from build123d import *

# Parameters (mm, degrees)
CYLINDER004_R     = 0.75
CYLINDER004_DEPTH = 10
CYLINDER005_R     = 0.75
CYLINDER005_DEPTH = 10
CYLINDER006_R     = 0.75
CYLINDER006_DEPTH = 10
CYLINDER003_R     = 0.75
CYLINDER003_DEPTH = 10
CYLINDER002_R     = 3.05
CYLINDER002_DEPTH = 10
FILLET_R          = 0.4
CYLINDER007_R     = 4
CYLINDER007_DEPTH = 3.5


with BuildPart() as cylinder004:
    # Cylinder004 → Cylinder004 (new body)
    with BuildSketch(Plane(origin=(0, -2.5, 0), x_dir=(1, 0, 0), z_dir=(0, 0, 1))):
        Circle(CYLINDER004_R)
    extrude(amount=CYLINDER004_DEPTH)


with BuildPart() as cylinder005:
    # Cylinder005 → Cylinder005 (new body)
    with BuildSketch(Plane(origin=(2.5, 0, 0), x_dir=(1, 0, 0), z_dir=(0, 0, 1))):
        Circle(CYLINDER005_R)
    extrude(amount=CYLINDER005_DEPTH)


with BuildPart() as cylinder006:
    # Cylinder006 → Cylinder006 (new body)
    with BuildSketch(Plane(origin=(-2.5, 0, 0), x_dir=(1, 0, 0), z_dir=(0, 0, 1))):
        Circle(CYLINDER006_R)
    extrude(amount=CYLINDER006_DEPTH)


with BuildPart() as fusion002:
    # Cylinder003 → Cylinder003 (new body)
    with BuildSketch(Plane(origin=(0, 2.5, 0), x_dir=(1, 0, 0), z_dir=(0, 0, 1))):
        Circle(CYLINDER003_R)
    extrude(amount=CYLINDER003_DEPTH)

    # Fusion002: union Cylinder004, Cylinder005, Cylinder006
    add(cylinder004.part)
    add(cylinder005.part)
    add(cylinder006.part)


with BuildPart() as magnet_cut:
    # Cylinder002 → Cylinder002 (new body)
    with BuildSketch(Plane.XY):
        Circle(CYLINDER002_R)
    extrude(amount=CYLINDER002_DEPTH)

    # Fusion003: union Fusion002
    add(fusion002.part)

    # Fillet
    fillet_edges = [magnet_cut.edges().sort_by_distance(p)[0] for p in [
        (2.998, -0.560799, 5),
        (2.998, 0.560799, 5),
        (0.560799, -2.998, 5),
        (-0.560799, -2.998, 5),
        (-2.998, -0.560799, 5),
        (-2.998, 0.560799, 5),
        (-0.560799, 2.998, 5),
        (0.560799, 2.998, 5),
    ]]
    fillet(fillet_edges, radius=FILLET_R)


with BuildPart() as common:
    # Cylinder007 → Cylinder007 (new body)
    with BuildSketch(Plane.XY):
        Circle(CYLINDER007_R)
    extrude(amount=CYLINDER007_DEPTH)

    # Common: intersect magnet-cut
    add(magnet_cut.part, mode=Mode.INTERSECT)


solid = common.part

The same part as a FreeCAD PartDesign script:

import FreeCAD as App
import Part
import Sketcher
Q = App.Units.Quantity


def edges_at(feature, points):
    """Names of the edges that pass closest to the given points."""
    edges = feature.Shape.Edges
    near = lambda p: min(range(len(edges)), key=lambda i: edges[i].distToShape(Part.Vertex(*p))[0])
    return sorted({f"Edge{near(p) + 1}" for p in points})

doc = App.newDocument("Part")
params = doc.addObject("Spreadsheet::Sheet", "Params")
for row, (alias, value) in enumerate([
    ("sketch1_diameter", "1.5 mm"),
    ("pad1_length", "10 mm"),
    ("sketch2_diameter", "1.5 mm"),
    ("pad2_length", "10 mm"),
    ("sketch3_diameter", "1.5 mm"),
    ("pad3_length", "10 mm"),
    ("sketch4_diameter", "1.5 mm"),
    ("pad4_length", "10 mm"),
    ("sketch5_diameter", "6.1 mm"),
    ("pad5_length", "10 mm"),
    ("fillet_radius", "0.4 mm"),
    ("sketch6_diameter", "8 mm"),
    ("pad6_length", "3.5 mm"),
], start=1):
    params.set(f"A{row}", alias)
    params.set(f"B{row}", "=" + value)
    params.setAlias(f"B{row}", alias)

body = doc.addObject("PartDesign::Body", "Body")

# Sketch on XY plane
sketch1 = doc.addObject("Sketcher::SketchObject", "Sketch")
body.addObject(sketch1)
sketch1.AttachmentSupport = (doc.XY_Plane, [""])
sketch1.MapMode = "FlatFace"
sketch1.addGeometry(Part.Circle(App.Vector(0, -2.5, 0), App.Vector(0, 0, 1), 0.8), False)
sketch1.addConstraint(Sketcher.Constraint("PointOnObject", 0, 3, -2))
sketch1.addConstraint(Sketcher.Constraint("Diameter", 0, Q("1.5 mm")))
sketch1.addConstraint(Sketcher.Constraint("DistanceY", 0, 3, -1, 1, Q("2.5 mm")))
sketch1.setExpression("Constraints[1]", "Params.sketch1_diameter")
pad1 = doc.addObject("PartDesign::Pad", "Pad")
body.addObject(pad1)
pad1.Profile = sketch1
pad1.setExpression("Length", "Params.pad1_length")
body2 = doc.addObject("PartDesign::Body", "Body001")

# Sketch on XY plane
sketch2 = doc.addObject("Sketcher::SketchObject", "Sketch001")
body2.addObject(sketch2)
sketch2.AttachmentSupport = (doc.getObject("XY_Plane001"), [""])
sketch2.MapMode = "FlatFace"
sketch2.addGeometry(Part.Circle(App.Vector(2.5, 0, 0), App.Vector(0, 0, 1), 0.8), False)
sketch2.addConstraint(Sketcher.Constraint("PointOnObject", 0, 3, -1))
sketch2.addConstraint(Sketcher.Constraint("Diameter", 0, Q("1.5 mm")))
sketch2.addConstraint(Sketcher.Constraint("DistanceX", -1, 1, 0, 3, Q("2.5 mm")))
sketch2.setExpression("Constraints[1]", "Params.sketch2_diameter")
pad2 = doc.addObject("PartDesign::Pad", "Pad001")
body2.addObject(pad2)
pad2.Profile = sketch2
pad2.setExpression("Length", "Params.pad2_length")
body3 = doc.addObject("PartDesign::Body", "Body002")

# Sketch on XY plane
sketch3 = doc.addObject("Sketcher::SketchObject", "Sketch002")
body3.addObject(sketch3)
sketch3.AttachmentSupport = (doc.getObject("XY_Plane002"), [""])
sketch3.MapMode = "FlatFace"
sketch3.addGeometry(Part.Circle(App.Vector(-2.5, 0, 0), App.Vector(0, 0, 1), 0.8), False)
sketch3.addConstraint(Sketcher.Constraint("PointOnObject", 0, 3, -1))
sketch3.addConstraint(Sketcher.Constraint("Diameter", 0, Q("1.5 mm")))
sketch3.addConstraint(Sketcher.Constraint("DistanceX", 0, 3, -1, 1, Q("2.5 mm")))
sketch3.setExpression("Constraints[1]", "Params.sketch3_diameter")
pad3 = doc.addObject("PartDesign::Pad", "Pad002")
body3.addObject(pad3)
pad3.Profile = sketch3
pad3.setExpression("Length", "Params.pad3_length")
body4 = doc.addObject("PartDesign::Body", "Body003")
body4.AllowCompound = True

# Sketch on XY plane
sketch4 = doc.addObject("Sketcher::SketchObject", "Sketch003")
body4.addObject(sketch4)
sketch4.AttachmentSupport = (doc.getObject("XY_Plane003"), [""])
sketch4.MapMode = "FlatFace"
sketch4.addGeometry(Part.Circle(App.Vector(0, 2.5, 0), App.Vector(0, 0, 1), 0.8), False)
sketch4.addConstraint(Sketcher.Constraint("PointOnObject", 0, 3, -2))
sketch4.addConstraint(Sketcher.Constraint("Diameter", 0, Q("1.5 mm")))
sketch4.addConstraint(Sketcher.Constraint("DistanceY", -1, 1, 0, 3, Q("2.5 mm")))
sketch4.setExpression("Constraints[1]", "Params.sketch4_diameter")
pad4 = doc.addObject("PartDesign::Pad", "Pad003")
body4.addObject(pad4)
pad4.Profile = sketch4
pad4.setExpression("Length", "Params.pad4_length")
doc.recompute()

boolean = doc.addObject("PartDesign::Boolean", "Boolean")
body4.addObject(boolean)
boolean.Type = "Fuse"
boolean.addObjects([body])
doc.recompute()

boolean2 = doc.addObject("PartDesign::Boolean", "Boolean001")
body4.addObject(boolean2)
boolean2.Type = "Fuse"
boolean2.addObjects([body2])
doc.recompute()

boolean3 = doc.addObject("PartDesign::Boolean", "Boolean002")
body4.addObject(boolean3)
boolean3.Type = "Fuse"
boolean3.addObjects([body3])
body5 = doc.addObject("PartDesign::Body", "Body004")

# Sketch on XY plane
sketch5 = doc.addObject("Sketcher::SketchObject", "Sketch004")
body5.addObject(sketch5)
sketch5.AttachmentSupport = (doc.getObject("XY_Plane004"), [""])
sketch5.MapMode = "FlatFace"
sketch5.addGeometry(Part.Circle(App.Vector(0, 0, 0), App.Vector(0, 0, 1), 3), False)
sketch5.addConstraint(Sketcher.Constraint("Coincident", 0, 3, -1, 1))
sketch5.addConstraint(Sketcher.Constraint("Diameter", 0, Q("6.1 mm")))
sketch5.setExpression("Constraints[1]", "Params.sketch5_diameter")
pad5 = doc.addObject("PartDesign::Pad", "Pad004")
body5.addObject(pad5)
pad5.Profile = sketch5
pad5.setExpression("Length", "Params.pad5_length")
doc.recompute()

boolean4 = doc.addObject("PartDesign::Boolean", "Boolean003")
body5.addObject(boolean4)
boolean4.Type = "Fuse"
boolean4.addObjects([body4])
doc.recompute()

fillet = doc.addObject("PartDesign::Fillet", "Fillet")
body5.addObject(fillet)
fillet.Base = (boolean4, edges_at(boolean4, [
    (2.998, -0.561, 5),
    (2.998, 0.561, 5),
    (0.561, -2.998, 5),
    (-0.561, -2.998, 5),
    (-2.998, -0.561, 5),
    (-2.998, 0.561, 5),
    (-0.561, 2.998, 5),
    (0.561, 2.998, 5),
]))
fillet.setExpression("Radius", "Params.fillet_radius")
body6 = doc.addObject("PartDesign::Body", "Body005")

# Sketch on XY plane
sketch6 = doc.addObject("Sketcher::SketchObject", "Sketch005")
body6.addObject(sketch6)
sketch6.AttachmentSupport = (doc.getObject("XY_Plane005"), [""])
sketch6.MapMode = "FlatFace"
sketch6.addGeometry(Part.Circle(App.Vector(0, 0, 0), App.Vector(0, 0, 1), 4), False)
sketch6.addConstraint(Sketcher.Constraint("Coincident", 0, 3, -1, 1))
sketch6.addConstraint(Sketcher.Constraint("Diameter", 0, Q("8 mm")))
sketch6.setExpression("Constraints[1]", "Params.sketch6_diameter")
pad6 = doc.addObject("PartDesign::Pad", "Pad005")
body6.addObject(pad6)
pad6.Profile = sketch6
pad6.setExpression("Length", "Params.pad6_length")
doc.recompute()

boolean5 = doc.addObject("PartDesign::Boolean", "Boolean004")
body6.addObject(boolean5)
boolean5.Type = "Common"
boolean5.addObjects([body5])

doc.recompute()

========================================================================

*EXERCISE REQUIREMENTS*.
For this exercise, repeat exactly the lines of the data above from the one with "CYLINDER005_DEPTH = 10" down to the one with "# Fusion003: union Fusion002", both end lines included.

*EXERCISE RESULT*.
CYLINDER005_DEPTH = 10
CYLINDER006_R     = 0.75
CYLINDER006_DEPTH = 10
CYLINDER003_R     = 0.75
CYLINDER003_DEPTH = 10
CYLINDER002_R     = 3.05
CYLINDER002_DEPTH = 10
FILLET_R          = 0.4
CYLINDER007_R     = 4
CYLINDER007_DEPTH = 3.5


with BuildPart() as cylinder004:
    # Cylinder004 → Cylinder004 (new body)
    with BuildSketch(Plane(origin=(0, -2.5, 0), x_dir=(1, 0, 0), z_dir=(0, 0, 1))):
        Circle(CYLINDER004_R)
    extrude(amount=CYLINDER004_DEPTH)


with BuildPart() as cylinder005:
    # Cylinder005 → Cylinder005 (new body)
    with BuildSketch(Plane(origin=(2.5, 0, 0), x_dir=(1, 0, 0), z_dir=(0, 0, 1))):
        Circle(CYLINDER005_R)
    extrude(amount=CYLINDER005_DEPTH)


with BuildPart() as cylinder006:
    # Cylinder006 → Cylinder006 (new body)
    with BuildSketch(Plane(origin=(-2.5, 0, 0), x_dir=(1, 0, 0), z_dir=(0, 0, 1))):
        Circle(CYLINDER006_R)
    extrude(amount=CYLINDER006_DEPTH)


with BuildPart() as fusion002:
    # Cylinder003 → Cylinder003 (new body)
    with BuildSketch(Plane(origin=(0, 2.5, 0), x_dir=(1, 0, 0), z_dir=(0, 0, 1))):
        Circle(CYLINDER003_R)
    extrude(amount=CYLINDER003_DEPTH)

    # Fusion002: union Cylinder004, Cylinder005, Cylinder006
    add(cylinder004.part)
    add(cylinder005.part)
    add(cylinder006.part)


with BuildPart() as magnet_cut:
    # Cylinder002 → Cylinder002 (new body)
    with BuildSketch(Plane.XY):
        Circle(CYLINDER002_R)
    extrude(amount=CYLINDER002_DEPTH)

    # Fusion003: union Fusion002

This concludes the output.